Bonds and Guida continued working together for the next half decade, with Bonds hitting the charts with a number of party songs that bordered on novelty, including “School Is Out,” “School Is In” and “Twist, Twist Senora.”

By the time the 70s rolled around, Bonds was a mostly forgotten artist, though he continued to write for other artists and perform in oldies shows. However, one of his biggest fans began to gain some notoriety of his own. Bruce Springsteen became the most famous and influential rock star in the world, and often played “Quarter To Three” in his shows. When he met Bonds in the late 70s, still performing and sounding great, Springsteen helped Bonds secure a recording contract with EMI and agreed to produce his comeback album, Dedication. The album hit the top 30, propelled by the hot Springsteen composition, “This Little Girl.” It was a great disc, and showed that Bonds’ emotional, gravelly voice had aged wonderfully.

Bonds’ follow-up album (and second Springsteen collaboration) Ofn The Line was even better, boasting some of the best performances of Bonds’ career. It was perhaps the best front-to-back album of 1982. Every lover of Soul or Beach music needs to hear “Out of Work,” “Turn the Music Down,” and the great Bonds/Little Steven duet, “Angelyne.” Best of all is the smoky ballad, “Club Soul City,” in which Bonds shares the stage with soul great Chuck Jackson. It is an essential album.

Unfortunately, when Springsteen became unavailable for another album, Bonds was dropped by EMI. He instead signed with the small Phoenix record label and took full control of writing and production for his next album, Standing in the Line of Fire, which also featured his backup band, the American Men. While slightly less engaging than On The Line, it was a fine rock/dance album, and demonstrated that Bonds could still create solid music without Springsteen.
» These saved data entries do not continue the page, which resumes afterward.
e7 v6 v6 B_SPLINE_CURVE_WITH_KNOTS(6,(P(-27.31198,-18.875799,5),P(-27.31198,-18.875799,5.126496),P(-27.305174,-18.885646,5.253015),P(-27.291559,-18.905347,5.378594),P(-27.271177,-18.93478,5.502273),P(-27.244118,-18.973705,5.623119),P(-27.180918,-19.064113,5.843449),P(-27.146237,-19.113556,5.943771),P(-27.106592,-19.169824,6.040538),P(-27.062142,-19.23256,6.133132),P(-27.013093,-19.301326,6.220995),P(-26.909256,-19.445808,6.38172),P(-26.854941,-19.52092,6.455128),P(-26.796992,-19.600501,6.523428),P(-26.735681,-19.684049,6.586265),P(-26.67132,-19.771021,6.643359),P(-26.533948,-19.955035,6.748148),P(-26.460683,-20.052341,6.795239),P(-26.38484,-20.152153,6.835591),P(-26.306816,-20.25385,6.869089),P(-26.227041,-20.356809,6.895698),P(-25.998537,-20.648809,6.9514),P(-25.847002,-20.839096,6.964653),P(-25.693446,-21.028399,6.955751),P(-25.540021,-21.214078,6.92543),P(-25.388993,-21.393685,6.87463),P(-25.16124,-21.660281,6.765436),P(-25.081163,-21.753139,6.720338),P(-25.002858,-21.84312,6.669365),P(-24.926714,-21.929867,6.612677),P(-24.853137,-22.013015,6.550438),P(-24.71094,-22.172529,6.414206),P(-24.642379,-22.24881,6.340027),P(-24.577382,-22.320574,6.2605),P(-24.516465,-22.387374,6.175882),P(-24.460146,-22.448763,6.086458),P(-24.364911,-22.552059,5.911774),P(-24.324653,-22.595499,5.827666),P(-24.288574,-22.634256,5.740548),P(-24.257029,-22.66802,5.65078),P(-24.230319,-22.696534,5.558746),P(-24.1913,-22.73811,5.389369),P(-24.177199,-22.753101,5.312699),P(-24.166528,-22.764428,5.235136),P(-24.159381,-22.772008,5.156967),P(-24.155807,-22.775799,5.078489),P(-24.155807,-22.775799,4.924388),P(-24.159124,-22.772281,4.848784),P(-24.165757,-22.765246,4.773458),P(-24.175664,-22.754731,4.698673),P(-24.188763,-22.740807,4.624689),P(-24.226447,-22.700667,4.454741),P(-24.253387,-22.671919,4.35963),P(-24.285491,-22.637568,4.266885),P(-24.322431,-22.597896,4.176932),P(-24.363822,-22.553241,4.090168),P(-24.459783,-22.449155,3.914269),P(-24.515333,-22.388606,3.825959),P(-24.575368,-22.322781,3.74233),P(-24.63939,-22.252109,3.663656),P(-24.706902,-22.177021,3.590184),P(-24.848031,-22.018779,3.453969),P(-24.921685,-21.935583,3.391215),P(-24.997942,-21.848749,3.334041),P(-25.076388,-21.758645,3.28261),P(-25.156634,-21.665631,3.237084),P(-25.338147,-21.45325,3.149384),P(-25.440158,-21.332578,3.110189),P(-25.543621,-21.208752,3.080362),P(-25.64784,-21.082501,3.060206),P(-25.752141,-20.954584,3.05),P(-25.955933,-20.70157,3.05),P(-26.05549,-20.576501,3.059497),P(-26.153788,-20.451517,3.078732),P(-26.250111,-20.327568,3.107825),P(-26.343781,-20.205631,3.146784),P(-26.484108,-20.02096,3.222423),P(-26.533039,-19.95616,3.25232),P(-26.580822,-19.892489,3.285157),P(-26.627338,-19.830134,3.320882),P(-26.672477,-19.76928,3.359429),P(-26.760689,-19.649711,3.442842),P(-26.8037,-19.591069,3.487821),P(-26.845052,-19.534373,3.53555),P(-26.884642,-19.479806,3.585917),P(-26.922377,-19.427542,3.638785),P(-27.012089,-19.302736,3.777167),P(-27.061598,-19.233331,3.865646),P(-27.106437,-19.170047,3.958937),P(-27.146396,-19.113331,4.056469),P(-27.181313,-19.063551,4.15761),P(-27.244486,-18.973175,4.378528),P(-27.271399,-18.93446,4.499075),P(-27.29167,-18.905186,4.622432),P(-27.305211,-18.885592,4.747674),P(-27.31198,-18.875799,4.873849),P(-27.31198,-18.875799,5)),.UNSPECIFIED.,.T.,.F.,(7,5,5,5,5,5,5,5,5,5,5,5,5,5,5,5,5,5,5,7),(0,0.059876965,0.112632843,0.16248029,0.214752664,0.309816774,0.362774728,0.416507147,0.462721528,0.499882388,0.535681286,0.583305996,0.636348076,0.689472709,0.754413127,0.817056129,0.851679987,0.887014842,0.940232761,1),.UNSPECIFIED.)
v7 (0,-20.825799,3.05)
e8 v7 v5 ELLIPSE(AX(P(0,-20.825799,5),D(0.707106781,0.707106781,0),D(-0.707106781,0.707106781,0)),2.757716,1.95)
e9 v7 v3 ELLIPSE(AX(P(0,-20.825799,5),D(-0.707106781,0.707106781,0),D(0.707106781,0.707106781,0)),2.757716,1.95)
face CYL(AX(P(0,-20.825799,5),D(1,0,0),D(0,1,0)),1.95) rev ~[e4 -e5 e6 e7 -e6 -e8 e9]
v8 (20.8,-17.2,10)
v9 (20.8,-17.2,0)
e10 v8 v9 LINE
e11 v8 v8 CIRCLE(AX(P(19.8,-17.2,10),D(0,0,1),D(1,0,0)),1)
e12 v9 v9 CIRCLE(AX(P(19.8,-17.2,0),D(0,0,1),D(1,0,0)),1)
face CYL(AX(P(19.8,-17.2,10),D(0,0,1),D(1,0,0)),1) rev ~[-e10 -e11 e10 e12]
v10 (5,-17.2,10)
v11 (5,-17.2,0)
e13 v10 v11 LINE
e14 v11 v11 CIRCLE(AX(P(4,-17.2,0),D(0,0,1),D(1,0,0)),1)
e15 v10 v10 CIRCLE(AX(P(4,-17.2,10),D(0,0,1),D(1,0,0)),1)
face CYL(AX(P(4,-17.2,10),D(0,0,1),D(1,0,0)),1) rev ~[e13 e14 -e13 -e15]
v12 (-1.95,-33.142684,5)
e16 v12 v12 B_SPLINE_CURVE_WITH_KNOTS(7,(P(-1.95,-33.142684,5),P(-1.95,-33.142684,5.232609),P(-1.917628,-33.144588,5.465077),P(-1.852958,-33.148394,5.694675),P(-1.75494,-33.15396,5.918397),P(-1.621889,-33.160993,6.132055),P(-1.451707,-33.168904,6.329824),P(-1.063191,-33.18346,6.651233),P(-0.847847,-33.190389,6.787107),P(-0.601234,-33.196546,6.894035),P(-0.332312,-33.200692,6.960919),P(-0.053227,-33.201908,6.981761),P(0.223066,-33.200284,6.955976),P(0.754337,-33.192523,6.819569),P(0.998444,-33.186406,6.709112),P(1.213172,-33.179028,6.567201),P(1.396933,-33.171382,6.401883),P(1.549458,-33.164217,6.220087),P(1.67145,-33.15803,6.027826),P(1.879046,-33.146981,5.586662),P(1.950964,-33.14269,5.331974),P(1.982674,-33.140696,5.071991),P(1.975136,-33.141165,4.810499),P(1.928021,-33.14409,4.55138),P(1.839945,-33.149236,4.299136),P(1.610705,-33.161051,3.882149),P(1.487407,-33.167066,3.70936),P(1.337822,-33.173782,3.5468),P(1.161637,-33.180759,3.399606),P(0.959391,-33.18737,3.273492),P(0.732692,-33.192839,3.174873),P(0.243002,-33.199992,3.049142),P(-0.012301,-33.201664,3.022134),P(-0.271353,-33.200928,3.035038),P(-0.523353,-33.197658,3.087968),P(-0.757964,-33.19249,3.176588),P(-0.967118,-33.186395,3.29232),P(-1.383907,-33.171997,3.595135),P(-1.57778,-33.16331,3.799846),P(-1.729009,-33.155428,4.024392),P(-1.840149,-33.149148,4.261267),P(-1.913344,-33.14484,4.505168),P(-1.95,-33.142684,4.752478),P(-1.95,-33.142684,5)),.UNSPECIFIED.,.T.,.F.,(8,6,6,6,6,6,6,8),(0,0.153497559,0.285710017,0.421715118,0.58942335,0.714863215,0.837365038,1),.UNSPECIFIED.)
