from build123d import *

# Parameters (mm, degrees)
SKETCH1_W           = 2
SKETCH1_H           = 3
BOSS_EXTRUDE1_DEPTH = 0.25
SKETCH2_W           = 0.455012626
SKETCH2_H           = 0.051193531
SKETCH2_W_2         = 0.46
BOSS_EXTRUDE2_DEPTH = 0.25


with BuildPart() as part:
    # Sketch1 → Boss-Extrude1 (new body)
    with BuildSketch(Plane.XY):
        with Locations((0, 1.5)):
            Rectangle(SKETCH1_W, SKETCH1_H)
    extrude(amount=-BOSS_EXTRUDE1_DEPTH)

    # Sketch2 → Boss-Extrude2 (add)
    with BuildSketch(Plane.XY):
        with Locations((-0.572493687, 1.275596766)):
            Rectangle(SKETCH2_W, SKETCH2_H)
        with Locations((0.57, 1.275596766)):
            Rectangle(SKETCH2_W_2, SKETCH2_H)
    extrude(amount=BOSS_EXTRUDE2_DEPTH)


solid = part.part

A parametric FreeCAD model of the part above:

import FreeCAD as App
import Part
import Sketcher
from FreeCAD import Vector
Q = App.Units.Quantity


def add_polygon(sketch, points):
    """Adds a closed chain of lines whose ends are joined by coincident constraints."""
    first, n = sketch.GeometryCount, len(points)
    for a, b in zip(points, points[1:] + points[:1]):
        sketch.addGeometry(Part.LineSegment(App.Vector(*a, 0), App.Vector(*b, 0)), False)
    for i in range(n):
        sketch.addConstraint(Sketcher.Constraint("Coincident", first + i, 2, first + (i + 1) % n, 1))

doc = App.newDocument("Part")
body = doc.addObject("PartDesign::Body", "Body")

# Sketch on XY plane
sketch1 = body.newObject("Sketcher::SketchObject", "Sketch")
sketch1.AttachmentSupport = (doc.getObject("XY_Plane"), [""])
sketch1.MapMode = "FlatFace"
add_polygon(sketch1, [(-1, 3), (-1, 0), (1, 0), (1, 3)])  # lines 0-3
sketch1.addConstraint([
    Sketcher.Constraint("Vertical", 0),
    Sketcher.Constraint("Horizontal", 1),
    Sketcher.Constraint("Vertical", 2),
    Sketcher.Constraint("Horizontal", 3),
    Sketcher.Constraint("Symmetric", 0, 2, 1, 2, -1, 1),
    Sketcher.Constraint("DistanceX", 1, 1, 1, 2, Q("2 mm")),
    Sketcher.Constraint("DistanceY", 0, 2, 0, 1, Q("3 mm")),
])
pad1 = body.newObject("PartDesign::Pad", "Pad")
pad1.Profile = sketch1
pad1.Length = 0.25
pad1.Reversed = True

# Sketch on XY plane
sketch2 = body.newObject("Sketcher::SketchObject", "Sketch001")
sketch2.AttachmentSupport = (doc.getObject("XY_Plane"), [""])
sketch2.MapMode = "FlatFace"
add_polygon(sketch2, [(-0.8, 1.301194), (-0.8, 1.25), (-0.344987, 1.25), (-0.344987, 1.301194)])  # lines 0-3
add_polygon(sketch2, [(0.34, 1.301194), (0.34, 1.25), (0.8, 1.25), (0.8, 1.301194)])  # lines 4-7
sketch2.addConstraint([
    Sketcher.Constraint("Vertical", 0),
    Sketcher.Constraint("Horizontal", 1),
    Sketcher.Constraint("Vertical", 2),
    Sketcher.Constraint("Horizontal", 3),
    Sketcher.Constraint("Vertical", 4),
    Sketcher.Constraint("Horizontal", 5),
    Sketcher.Constraint("Vertical", 6),
    Sketcher.Constraint("Horizontal", 7),
    Sketcher.Constraint("Symmetric", 0, 2, 5, 2, -2),
    Sketcher.Constraint("Horizontal", 3, 2, 6, 2),
    Sketcher.Constraint("DistanceX", 5, 1, 5, 2, Q("0.46 mm")),
    Sketcher.Constraint("DistanceX", 0, 2, -1, 1, Q("0.8 mm")),
    Sketcher.Constraint("DistanceY", -1, 1, 0, 2, Q("1.25 mm")),
    Sketcher.Constraint("DistanceX", 1, 1, 1, 2, Q("0.455013 mm")),
    Sketcher.Constraint("DistanceY", 0, 2, 0, 1, Q("0.051194 mm")),
])
pad2 = body.newObject("PartDesign::Pad", "Pad001")
pad2.Profile = sketch2
pad2.Length = 0.25

doc.recompute()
Especially notable were the Bonds composition “Dance” and a great party cover of Richie Valens’ “Come Go With Me.” Standing is unavailable on CD, but is worth seeking out on vinyl.

In 2001, an enjoyable live recording, King Biscuit Flower Hour Presents Gary U.S. Bonds, was released, featuring his classic material and a few new tunes.

Bonds surprised the music world by returning in 2005 with Back In 20, his first studio release in two decades, featuring a bevy of guest artists, including Bruce Springsteen and Phoebe Snow. It was a joyous return for one of popular music’s most free spirited artists. And last year, Gary celebrated his 70th birthday with a rocking concert at New York’s BB King’s.  Gary has just finished a 30 date tour of the UK with legendary Rolling Stones bassist Bill Wyman as part of Bill Wyman’s Rhythm Kings.  Gary is still going strong and laying down, half a century after he first hit the international stage. (By Chris Rizik )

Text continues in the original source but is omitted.